# Crashplan not starting automatically after reboot



## ScruffyDan (Feb 14, 2015)

Crashplan has been working flawlessly for a while, but recently I noticed that it wont start automatically after a reboot.

This started after the I upgraded from Fedora 10 linux emulation to emulators/linux_base-c6.

I updated my sysctl.conf to include:
`compat.linux.osrelease=2.6.18`

my rc.conf includes: 
`linux_enable="YES"
crashplan_enable="YES"`

I can start crashplan manually by typing:
`service crashplan start`
And it runs perfectly.

But I would like it to start automatically after a reboot like it did before updating to emulators/linux_base-c6.

Thanks in advance


----------



## ScruffyDan (Feb 17, 2015)

After some more digging I think I found out what the issue is.
The Crashplan log shows:
`FATAL: kernel too old`
When crashplan starts during the bootup sequence.

This is the same error that happens when I try and start crashplan without modyfying sysctl.conf to include:
`compat.linux.osrelease=2.6.18`

So I think Crashplan is loading before `sysctl`, though I am not sure how to fix this


----------



## tobik@ (Feb 17, 2015)

This is just a wild guess, I have no way to test if this even works as I think it does.
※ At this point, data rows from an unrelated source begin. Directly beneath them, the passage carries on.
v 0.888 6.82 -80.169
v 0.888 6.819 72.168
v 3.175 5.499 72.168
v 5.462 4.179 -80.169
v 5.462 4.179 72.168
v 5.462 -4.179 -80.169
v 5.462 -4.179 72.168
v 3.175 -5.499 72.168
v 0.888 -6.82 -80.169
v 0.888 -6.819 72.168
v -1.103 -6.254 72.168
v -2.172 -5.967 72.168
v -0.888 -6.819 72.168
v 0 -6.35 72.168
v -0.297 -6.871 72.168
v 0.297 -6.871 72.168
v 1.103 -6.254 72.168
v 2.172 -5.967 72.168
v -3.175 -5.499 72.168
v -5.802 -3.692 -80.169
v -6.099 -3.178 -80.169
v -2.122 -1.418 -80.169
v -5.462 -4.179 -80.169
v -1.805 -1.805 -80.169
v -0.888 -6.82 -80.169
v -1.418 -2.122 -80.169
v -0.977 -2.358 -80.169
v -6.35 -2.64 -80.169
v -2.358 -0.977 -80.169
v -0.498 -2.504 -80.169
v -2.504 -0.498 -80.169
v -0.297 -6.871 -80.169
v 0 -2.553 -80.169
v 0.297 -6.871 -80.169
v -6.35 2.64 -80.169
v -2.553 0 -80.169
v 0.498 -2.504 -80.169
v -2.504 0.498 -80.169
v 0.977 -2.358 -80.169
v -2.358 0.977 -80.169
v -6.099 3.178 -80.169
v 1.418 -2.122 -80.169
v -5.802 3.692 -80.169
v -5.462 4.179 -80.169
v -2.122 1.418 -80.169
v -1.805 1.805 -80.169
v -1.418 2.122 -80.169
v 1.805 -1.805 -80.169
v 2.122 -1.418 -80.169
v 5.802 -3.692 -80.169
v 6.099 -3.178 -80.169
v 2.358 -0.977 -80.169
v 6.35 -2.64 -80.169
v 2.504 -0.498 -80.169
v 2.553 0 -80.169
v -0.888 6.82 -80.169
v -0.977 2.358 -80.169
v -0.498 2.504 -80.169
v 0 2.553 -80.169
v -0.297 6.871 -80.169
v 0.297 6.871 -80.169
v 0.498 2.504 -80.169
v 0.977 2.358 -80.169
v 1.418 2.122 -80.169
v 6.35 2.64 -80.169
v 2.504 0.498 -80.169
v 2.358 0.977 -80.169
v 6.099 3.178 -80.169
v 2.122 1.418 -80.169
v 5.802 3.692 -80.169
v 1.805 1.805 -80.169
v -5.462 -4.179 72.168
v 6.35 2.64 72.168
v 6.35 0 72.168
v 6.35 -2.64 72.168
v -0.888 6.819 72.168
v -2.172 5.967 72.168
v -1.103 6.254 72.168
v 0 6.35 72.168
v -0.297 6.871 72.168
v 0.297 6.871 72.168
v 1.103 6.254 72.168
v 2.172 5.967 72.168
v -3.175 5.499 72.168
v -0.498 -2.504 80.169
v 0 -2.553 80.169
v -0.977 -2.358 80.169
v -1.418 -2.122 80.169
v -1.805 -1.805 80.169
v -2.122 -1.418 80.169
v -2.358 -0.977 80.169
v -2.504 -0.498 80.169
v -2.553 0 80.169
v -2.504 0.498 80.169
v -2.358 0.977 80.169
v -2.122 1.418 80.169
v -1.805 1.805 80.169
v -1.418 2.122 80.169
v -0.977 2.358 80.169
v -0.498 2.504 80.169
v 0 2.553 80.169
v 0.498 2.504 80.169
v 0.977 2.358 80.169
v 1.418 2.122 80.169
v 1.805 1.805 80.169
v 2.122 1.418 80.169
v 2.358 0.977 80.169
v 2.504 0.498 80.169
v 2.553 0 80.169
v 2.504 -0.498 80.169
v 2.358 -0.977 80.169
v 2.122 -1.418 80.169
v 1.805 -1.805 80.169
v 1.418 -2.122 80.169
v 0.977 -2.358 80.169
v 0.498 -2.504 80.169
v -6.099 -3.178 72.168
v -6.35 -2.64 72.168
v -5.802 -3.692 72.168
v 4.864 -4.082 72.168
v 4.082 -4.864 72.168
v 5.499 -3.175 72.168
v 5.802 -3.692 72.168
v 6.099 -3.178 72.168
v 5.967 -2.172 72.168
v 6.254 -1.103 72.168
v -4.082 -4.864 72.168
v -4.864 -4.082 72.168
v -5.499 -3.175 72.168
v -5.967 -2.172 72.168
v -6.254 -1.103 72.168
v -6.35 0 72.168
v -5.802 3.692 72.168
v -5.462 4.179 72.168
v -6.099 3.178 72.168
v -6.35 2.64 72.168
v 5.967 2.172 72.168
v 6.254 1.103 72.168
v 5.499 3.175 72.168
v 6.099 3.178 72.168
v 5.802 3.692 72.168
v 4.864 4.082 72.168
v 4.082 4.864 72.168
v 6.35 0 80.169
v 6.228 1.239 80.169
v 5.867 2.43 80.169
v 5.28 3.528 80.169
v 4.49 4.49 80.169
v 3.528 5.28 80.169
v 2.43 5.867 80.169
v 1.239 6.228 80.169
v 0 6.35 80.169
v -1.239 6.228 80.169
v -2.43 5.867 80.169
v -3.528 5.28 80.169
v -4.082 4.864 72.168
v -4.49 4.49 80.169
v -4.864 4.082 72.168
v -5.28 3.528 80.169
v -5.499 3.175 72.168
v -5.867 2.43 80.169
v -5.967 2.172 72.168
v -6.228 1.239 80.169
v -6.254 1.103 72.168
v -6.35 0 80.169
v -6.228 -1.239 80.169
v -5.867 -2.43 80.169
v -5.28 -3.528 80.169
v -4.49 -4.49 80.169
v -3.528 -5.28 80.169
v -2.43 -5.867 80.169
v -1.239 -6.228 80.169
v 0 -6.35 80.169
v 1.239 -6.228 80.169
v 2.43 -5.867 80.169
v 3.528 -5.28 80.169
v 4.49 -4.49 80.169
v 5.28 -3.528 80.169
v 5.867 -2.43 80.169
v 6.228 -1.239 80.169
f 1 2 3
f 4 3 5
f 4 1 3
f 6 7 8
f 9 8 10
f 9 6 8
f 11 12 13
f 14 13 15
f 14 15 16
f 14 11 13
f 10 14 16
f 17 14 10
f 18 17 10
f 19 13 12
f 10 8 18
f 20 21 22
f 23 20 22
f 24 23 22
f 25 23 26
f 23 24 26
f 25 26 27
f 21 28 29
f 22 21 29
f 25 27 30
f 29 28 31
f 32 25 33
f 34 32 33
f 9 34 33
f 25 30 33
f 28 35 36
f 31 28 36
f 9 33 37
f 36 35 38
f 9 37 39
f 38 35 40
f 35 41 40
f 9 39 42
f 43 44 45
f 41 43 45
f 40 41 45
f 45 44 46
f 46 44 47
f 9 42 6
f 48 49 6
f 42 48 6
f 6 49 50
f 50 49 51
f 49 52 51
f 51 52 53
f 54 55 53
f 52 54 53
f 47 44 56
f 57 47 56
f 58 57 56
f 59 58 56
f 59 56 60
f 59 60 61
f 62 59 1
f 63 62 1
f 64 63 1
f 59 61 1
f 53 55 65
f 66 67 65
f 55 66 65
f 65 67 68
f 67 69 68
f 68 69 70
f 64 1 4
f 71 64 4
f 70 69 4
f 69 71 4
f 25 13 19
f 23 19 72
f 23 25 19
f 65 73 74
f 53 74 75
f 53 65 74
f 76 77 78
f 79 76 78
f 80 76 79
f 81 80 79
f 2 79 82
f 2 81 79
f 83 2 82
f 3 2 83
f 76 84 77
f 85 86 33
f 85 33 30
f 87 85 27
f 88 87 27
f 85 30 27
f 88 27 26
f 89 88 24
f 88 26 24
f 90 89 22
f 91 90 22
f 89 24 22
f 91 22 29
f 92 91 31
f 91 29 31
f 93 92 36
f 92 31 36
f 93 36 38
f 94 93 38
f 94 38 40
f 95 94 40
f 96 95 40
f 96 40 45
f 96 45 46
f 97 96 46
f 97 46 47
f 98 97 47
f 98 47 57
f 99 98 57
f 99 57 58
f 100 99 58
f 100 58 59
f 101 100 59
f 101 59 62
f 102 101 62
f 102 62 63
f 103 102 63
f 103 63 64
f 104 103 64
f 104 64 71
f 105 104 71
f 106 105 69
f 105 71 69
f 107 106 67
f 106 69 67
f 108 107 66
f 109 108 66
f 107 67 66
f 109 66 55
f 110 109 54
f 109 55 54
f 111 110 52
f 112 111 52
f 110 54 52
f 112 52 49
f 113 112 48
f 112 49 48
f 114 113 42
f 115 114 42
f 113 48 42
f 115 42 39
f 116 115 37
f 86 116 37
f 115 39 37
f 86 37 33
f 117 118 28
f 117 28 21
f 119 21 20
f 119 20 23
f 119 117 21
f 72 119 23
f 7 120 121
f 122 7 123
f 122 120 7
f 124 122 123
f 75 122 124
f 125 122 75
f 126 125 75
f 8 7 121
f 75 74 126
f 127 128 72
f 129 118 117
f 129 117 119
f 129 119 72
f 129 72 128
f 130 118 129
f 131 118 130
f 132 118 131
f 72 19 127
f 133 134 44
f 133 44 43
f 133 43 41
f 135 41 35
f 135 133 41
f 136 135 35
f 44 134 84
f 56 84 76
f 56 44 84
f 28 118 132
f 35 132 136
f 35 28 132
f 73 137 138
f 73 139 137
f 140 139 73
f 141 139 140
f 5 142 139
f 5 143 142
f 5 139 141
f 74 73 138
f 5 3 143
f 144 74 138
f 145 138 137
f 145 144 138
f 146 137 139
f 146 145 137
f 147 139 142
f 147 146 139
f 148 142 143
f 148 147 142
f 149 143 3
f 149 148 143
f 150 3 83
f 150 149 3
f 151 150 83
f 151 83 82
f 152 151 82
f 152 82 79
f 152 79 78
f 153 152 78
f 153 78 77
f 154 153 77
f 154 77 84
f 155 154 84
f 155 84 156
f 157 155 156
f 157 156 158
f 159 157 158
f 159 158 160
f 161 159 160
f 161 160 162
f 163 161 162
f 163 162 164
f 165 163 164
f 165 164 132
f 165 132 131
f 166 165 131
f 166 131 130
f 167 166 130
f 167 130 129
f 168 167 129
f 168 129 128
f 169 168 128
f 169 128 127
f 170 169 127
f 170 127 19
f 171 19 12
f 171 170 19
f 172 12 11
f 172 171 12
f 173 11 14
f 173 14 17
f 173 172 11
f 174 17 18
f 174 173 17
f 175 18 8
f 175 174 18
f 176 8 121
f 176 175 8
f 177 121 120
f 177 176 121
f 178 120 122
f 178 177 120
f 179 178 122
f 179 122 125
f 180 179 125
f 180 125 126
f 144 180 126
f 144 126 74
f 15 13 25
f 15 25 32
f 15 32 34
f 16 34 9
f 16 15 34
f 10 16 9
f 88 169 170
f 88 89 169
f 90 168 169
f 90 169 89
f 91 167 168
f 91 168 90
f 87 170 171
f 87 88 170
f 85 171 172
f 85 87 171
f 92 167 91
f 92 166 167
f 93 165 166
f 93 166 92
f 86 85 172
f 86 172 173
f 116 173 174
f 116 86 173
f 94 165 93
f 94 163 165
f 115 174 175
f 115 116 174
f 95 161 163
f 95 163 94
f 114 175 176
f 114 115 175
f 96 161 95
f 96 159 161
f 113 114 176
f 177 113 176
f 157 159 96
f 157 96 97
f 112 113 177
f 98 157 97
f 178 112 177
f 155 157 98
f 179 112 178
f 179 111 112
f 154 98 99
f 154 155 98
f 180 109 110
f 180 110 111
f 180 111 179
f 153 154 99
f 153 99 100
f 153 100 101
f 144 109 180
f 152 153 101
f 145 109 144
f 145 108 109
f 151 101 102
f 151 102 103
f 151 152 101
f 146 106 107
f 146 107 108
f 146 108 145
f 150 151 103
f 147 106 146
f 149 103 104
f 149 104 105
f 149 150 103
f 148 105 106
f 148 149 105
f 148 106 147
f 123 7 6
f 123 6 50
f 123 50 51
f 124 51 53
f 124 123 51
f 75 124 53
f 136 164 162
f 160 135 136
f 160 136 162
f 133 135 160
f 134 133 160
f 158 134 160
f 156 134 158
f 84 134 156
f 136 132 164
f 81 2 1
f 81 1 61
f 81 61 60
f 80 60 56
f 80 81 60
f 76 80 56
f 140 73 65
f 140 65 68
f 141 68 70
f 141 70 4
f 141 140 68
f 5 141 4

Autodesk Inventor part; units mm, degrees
ref_plane "YZ Plane" through (0, 0, 0) normal (1, 0, 0) x (0, 1, 0)
ref_plane "XZ Plane" through (0, 0, 0) normal (0, 1, 0) x (-1, 0, 0)
ref_plane "XY Plane" through (0, 0, 0) normal (0, 0, 1) x (1, 0, 0)
sketch "Sketch1" plane through (0, 0, 0) normal (0, 0, 1) x (1, 0, 0)
  line L0 (-6.35, -3.6662) -> (-6.35, 3.6662)
  line L1 (-6.35, 3.6662) -> (0, 7.3323)
  line L2 (0, 7.3323) -> (6.35, 3.6662)
  line L3 (6.35, 3.6662) -> (6.35, -3.6662)
  line L4 (6.35, -3.6662) -> (0, -7.3323)
  line L5 (0, -7.3323) -> (-6.35, -3.6662)
  point P0 (0, 0)
  point P1 (0, 0)
  dimension "Size" = 12.7
extrude "Extrusion1" add sketch "Sketch1" along normal mid plane 160.3375
sketch "Sketch3" plane through (0, 0, 80.1688) normal (0, 0, 1) x (1, 0, 0)
  line L0 (-6.35, 3.6662) -> (0, 7.3323) construction
  line L1 (0, 7.3323) -> (6.35, 3.6662) construction
  line L2 (6.35, 3.6662) -> (6.35, -3.6662) construction
  line L3 (6.35, -3.6662) -> (0, -7.3323) construction
  line L4 (0, -7.3323) -> (-6.35, -3.6662) construction
  line L5 (-6.35, -3.6662) -> (-6.35, 3.6662) construction
  point P0 (0, 0)
hole "Hole1" at (0, 0, 80.1688) direction (0, 0, -1) diameter 5.1054 end through all
sketch "Sketch4" plane through (0, 0, 80.1688) normal (0, 0, 1) x (1, 0, 0)
  circle A0 centre (0, 0) radius 2.5527 construction
  line L0 (-6.35, 3.6662) -> (0, 7.3323) construction
  line L1 (0, 7.3323) -> (6.35, 3.6662) construction
  line L2 (6.35, 3.6662) -> (6.35, -3.6662) construction
  line L3 (6.35, -3.6662) -> (0, -7.3323) construction
  line L4 (0, -7.3323) -> (-6.35, -3.6662) construction
  line L5 (-6.35, -3.6662) -> (-6.35, 3.6662) construction
  circle A1 centre (0, 0) radius 6.8771
  circle A2 centre (0, 0) radius 8.89
  dimension "thunder" = 13.7541
  dimension "d16" = 17.78
extrude "Extrusion3" cut sketch "Sketch4" against normal through all
sketch "Sketch5" plane through (0, 0, 80.1688) normal (0, 0, 1) x (1, 0, 0)
  arc A0 (5.4616, -4.1791) -> (6.35, -2.6403) centre (0, 0) ccw projected
  line L0 (5.4616, -4.1791) -> (0.8884, -6.8194) projected
  arc A1 (-0.8884, -6.8194) -> (0.8884, -6.8194) centre (0, 0) ccw projected
  line L1 (-0.8884, -6.8194) -> (-5.4616, -4.1791) projected
  arc A2 (-6.35, -2.6403) -> (-5.4616, -4.1791) centre (0, 0) ccw projected
  line L2 (-6.35, -2.6403) -> (-6.35, 2.6403) projected
  arc A3 (-5.4616, 4.1791) -> (-6.35, 2.6403) centre (0, 0) ccw projected
  line L3 (-5.4616, 4.1791) -> (-0.8884, 6.8194) projected
  arc A4 (0.8884, 6.8194) -> (-0.8884, 6.8194) centre (0, 0) ccw projected
  line L4 (0.8884, 6.8194) -> (5.4616, 4.1791) projected
  arc A5 (6.35, 2.6403) -> (5.4616, 4.1791) centre (0, 0) ccw projected
  line L5 (6.35, 2.6403) -> (6.35, -2.6403) projected
  circle A6 centre (0, 0) radius 2.5527 projected
  circle A7 centre (0, 0) radius 6.35
  point P0 (-3.175, 5.4993)
  point P1 (3.175, 5.4993)
  point P2 (6.35, 0)
  point P3 (-6.35, 0)
  point P4 (-3.175, -5.4993)
  point P5 (3.175, -5.4993)
  dimension "d19" = 12.7
extrude "Extrusion4" cut sketch "Sketch5" against normal blind 8.001 contours L0 A7 L5 A0 | L0 A1 L1 A7 | A7 L4 A5 L5 | L1 A2 L2 A7 | A7 L3 A4 L4 | L2 A3 L3 A7
equation "\"bearing\" = 25.4"
properties part number "CL4-020" material "Aluminum 6061"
Try appending sysctl to the # REQUIRE:  line in /usr/local/etc/rc.d/crashplan.


----------



## ScruffyDan (Feb 17, 2015)

I just tried that and it did not work


----------



## junovitch@ (Feb 17, 2015)

`rcorder /etc/rc.d/* /usr/local/etc/rc.d/*` says that /etc/rc.d/sysctl is the first thing run.  The other thing I can think of is /etc/rc.d/abi is what loads Linux compat when it's enabled in /etc/rc.conf.  Is Crashplan after that?  You can run rcorder(8) to see the order.


----------



## ScruffyDan (Feb 18, 2015)

Yep, Crashplan loads after /etc/rc.d/abi.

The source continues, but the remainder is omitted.